## HOW TO COMPLETE THIS TASK
In the entries below, the word "first" appears on some lines. Copy each of those lines.

## DATA EXTRACT
┌──

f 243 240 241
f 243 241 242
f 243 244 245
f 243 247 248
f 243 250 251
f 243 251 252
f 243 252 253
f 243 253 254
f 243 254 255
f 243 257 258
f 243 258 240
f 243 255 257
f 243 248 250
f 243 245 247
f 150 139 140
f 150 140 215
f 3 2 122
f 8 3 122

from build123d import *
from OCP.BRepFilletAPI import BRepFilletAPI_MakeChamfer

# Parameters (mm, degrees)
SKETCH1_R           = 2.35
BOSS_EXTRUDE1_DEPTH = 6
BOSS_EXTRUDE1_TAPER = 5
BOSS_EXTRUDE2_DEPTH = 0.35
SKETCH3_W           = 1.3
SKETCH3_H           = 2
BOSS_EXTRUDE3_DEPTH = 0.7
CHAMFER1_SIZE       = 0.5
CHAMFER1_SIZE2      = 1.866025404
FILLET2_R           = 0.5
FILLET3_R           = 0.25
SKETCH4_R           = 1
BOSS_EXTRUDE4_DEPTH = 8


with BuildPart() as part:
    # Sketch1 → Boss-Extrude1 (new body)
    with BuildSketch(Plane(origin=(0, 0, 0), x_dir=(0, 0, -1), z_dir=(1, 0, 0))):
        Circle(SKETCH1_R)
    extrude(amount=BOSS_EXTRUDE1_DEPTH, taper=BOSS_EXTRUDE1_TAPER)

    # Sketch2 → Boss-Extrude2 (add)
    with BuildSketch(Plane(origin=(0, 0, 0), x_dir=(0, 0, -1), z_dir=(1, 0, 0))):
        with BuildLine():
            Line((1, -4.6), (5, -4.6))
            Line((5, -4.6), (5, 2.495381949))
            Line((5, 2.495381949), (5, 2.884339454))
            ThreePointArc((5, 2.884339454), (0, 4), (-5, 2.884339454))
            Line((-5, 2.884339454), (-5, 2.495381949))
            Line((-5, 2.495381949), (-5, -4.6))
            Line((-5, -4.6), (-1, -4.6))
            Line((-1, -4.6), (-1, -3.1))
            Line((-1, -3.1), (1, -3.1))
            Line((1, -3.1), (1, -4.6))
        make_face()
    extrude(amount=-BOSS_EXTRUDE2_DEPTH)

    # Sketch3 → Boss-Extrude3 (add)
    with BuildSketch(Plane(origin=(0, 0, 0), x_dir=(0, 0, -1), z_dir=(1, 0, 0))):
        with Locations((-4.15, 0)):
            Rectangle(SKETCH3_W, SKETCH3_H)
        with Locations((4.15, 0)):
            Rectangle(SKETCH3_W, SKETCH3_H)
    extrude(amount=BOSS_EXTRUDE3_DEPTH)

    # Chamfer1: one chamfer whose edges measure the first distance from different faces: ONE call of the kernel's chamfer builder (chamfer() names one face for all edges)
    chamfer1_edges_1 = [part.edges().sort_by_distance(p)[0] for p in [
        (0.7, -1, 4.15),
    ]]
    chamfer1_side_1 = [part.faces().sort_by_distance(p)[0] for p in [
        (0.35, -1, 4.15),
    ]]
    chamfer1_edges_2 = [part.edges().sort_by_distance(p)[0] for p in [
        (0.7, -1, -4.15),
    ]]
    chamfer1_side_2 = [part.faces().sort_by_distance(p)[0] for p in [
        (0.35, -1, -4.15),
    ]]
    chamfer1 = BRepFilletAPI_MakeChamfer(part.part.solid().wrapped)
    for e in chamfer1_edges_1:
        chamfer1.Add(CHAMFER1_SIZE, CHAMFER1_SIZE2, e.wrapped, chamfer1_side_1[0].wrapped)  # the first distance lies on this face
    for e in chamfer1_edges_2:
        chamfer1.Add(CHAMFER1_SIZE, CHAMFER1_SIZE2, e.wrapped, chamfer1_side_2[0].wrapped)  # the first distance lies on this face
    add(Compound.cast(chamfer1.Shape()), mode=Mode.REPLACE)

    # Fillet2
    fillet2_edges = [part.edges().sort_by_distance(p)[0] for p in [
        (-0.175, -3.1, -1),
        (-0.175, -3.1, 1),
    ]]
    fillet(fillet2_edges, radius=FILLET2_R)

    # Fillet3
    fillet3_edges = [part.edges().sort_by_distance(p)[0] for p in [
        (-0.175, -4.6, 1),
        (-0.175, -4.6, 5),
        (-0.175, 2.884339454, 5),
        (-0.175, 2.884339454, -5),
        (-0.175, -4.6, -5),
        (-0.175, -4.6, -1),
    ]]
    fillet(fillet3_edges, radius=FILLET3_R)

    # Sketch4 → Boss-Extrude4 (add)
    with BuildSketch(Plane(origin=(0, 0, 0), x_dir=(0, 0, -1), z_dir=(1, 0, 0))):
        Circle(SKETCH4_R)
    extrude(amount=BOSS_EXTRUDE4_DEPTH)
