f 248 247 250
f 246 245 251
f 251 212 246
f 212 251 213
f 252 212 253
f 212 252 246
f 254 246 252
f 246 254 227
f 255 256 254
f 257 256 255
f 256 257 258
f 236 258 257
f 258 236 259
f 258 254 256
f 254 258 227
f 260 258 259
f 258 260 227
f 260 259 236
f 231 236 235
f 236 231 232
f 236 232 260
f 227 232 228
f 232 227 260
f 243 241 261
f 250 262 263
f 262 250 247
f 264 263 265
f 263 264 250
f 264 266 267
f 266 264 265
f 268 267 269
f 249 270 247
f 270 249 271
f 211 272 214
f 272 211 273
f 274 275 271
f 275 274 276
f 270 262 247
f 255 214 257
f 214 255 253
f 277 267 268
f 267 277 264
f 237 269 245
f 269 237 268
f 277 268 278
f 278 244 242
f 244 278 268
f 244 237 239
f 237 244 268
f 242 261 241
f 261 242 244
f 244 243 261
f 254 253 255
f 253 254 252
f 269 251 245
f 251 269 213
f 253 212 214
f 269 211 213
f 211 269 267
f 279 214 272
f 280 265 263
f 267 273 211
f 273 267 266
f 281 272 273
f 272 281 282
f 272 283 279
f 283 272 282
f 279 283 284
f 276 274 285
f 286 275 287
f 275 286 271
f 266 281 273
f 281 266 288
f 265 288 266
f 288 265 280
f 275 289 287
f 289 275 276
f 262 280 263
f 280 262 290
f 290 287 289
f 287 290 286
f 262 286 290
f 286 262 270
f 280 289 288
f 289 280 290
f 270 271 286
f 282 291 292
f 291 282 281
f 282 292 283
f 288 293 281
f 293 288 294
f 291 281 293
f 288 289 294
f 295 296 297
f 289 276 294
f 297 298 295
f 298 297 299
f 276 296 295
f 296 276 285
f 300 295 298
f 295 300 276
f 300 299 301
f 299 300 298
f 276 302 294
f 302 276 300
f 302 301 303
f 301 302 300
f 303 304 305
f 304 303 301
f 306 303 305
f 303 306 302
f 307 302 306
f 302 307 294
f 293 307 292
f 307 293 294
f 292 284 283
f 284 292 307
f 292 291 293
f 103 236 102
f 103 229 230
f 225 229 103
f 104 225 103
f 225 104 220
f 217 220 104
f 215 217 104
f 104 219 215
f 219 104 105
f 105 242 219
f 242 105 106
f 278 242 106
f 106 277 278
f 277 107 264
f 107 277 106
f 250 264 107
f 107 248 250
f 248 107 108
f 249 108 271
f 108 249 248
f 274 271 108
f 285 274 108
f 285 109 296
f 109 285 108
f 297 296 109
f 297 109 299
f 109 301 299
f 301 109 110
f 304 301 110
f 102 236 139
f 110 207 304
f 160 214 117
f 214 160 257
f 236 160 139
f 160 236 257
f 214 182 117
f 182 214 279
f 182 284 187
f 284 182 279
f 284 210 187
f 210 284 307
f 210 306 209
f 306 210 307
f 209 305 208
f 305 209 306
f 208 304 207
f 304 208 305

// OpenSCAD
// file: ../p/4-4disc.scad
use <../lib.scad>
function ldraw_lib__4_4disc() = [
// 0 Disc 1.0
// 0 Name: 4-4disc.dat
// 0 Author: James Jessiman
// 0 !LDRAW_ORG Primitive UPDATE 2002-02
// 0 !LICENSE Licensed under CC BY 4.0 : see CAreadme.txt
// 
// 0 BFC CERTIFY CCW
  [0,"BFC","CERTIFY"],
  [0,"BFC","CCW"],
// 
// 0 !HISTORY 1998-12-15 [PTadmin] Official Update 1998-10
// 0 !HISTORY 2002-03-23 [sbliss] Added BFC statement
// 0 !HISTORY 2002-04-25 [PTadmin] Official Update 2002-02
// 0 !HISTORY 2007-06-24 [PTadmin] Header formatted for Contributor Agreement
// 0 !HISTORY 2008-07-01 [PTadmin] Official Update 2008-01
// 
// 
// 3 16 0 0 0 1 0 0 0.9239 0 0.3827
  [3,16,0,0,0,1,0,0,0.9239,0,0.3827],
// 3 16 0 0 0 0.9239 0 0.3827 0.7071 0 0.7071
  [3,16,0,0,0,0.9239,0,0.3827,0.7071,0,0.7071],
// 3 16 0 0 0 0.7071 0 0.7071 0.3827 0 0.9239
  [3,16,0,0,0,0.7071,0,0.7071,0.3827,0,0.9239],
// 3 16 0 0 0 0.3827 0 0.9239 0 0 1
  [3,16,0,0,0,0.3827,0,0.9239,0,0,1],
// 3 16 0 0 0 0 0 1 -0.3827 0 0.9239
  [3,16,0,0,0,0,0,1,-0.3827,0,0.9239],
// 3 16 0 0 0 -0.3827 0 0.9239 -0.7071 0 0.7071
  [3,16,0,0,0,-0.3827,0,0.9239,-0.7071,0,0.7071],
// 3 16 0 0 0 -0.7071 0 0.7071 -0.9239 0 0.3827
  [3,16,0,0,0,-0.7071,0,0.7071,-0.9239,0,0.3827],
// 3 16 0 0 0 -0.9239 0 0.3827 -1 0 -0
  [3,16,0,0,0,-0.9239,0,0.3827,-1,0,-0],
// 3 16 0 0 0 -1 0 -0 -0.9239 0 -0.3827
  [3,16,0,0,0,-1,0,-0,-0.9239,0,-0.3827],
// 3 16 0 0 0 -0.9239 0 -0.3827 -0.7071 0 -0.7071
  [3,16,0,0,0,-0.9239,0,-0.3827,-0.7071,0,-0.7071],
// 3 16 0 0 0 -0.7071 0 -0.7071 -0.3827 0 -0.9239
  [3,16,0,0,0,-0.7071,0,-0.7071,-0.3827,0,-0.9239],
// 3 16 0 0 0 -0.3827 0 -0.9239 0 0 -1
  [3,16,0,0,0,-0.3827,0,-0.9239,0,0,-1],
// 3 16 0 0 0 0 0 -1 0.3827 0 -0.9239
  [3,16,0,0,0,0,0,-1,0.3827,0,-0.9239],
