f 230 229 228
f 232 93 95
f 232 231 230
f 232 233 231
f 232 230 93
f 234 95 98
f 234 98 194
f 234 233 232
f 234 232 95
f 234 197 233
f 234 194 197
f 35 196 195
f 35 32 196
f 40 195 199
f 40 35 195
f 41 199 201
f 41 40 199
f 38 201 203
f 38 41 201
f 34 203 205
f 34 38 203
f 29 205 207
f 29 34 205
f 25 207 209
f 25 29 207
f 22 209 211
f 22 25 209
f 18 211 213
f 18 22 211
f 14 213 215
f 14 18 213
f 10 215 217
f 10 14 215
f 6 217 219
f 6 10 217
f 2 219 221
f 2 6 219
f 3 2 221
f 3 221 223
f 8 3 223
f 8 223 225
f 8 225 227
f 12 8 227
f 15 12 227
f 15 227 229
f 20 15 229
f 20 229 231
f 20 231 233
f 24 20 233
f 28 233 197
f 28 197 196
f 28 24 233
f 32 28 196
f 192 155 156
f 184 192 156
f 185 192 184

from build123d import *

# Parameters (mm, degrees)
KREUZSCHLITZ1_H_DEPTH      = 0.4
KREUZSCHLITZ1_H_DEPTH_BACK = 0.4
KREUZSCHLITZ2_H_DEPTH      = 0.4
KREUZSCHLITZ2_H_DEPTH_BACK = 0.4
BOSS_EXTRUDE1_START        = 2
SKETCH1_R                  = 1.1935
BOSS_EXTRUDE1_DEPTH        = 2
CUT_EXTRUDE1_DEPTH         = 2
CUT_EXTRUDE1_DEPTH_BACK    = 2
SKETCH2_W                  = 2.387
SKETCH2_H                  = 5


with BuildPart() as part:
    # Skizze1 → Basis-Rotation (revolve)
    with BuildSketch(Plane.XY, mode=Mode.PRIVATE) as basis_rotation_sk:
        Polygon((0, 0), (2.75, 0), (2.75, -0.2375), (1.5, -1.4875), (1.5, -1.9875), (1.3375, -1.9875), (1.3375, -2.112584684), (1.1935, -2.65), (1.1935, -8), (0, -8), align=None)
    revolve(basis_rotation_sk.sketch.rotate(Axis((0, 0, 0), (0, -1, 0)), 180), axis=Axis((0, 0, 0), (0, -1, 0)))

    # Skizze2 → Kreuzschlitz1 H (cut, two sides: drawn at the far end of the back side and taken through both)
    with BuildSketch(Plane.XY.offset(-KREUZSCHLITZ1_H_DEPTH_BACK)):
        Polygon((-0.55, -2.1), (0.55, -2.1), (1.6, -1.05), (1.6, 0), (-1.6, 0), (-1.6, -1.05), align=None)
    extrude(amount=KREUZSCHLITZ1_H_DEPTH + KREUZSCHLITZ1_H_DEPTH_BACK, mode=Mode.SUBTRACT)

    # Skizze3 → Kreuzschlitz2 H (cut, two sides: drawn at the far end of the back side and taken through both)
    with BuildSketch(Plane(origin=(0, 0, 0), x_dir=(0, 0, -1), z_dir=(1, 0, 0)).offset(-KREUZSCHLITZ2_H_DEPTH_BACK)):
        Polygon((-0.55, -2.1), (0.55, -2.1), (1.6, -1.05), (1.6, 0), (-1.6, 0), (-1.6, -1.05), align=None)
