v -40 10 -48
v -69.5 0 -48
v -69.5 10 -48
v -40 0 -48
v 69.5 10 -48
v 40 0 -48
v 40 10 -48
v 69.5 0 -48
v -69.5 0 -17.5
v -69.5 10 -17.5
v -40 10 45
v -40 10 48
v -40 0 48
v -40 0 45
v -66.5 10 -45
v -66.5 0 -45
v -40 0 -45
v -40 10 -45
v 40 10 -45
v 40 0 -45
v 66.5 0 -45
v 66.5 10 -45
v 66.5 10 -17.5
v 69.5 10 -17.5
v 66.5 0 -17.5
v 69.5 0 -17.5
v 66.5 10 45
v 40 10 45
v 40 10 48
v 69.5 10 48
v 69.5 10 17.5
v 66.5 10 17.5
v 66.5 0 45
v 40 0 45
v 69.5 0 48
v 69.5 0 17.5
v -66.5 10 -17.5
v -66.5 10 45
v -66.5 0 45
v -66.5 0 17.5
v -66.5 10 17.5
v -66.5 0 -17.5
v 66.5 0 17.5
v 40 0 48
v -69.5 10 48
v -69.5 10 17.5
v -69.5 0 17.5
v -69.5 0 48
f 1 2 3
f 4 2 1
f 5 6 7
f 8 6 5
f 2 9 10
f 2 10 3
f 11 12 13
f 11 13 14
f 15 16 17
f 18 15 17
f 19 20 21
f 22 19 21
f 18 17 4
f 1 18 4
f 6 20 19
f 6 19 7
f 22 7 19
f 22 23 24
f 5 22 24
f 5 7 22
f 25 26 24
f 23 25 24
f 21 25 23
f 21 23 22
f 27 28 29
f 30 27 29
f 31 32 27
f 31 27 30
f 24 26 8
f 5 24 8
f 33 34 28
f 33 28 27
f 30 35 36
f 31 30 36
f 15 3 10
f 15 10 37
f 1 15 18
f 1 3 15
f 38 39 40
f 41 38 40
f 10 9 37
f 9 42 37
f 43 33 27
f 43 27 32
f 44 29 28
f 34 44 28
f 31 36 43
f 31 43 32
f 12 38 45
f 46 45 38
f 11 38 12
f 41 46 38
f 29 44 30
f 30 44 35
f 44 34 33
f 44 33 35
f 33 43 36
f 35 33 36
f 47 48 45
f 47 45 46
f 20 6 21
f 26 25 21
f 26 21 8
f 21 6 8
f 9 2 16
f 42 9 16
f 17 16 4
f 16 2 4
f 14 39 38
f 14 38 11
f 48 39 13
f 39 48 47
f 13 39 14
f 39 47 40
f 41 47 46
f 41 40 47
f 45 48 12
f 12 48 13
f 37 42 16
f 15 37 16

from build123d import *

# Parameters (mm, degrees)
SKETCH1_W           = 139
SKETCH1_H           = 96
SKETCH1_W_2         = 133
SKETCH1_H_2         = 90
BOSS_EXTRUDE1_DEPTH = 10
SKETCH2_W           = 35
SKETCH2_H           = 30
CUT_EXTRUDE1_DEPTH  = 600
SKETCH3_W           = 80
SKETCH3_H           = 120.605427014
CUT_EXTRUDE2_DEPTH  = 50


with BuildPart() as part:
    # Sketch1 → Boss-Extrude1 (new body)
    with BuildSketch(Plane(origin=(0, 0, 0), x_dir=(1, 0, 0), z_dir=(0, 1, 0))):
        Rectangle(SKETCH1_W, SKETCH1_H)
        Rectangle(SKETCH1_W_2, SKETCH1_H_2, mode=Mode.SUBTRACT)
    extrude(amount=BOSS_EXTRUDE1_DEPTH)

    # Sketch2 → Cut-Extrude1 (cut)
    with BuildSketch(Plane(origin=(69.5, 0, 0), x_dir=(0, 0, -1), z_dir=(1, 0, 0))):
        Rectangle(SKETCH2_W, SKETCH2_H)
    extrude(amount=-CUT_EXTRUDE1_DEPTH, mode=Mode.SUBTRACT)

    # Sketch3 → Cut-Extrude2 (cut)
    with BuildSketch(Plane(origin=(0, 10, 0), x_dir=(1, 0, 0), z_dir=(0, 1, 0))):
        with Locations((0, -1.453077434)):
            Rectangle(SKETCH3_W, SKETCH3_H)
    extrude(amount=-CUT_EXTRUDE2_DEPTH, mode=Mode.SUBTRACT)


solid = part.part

└──

## WRITTEN ANSWER
    # Chamfer1: one chamfer whose edges measure the first distance from different faces: ONE call of the kernel's chamfer builder (chamfer() names one face for all edges)
        chamfer1.Add(CHAMFER1_SIZE, CHAMFER1_SIZE2, e.wrapped, chamfer1_side_1[0].wrapped)  # the first distance lies on this face
        chamfer1.Add(CHAMFER1_SIZE, CHAMFER1_SIZE2, e.wrapped, chamfer1_side_2[0].wrapped)  # the first distance lies on this face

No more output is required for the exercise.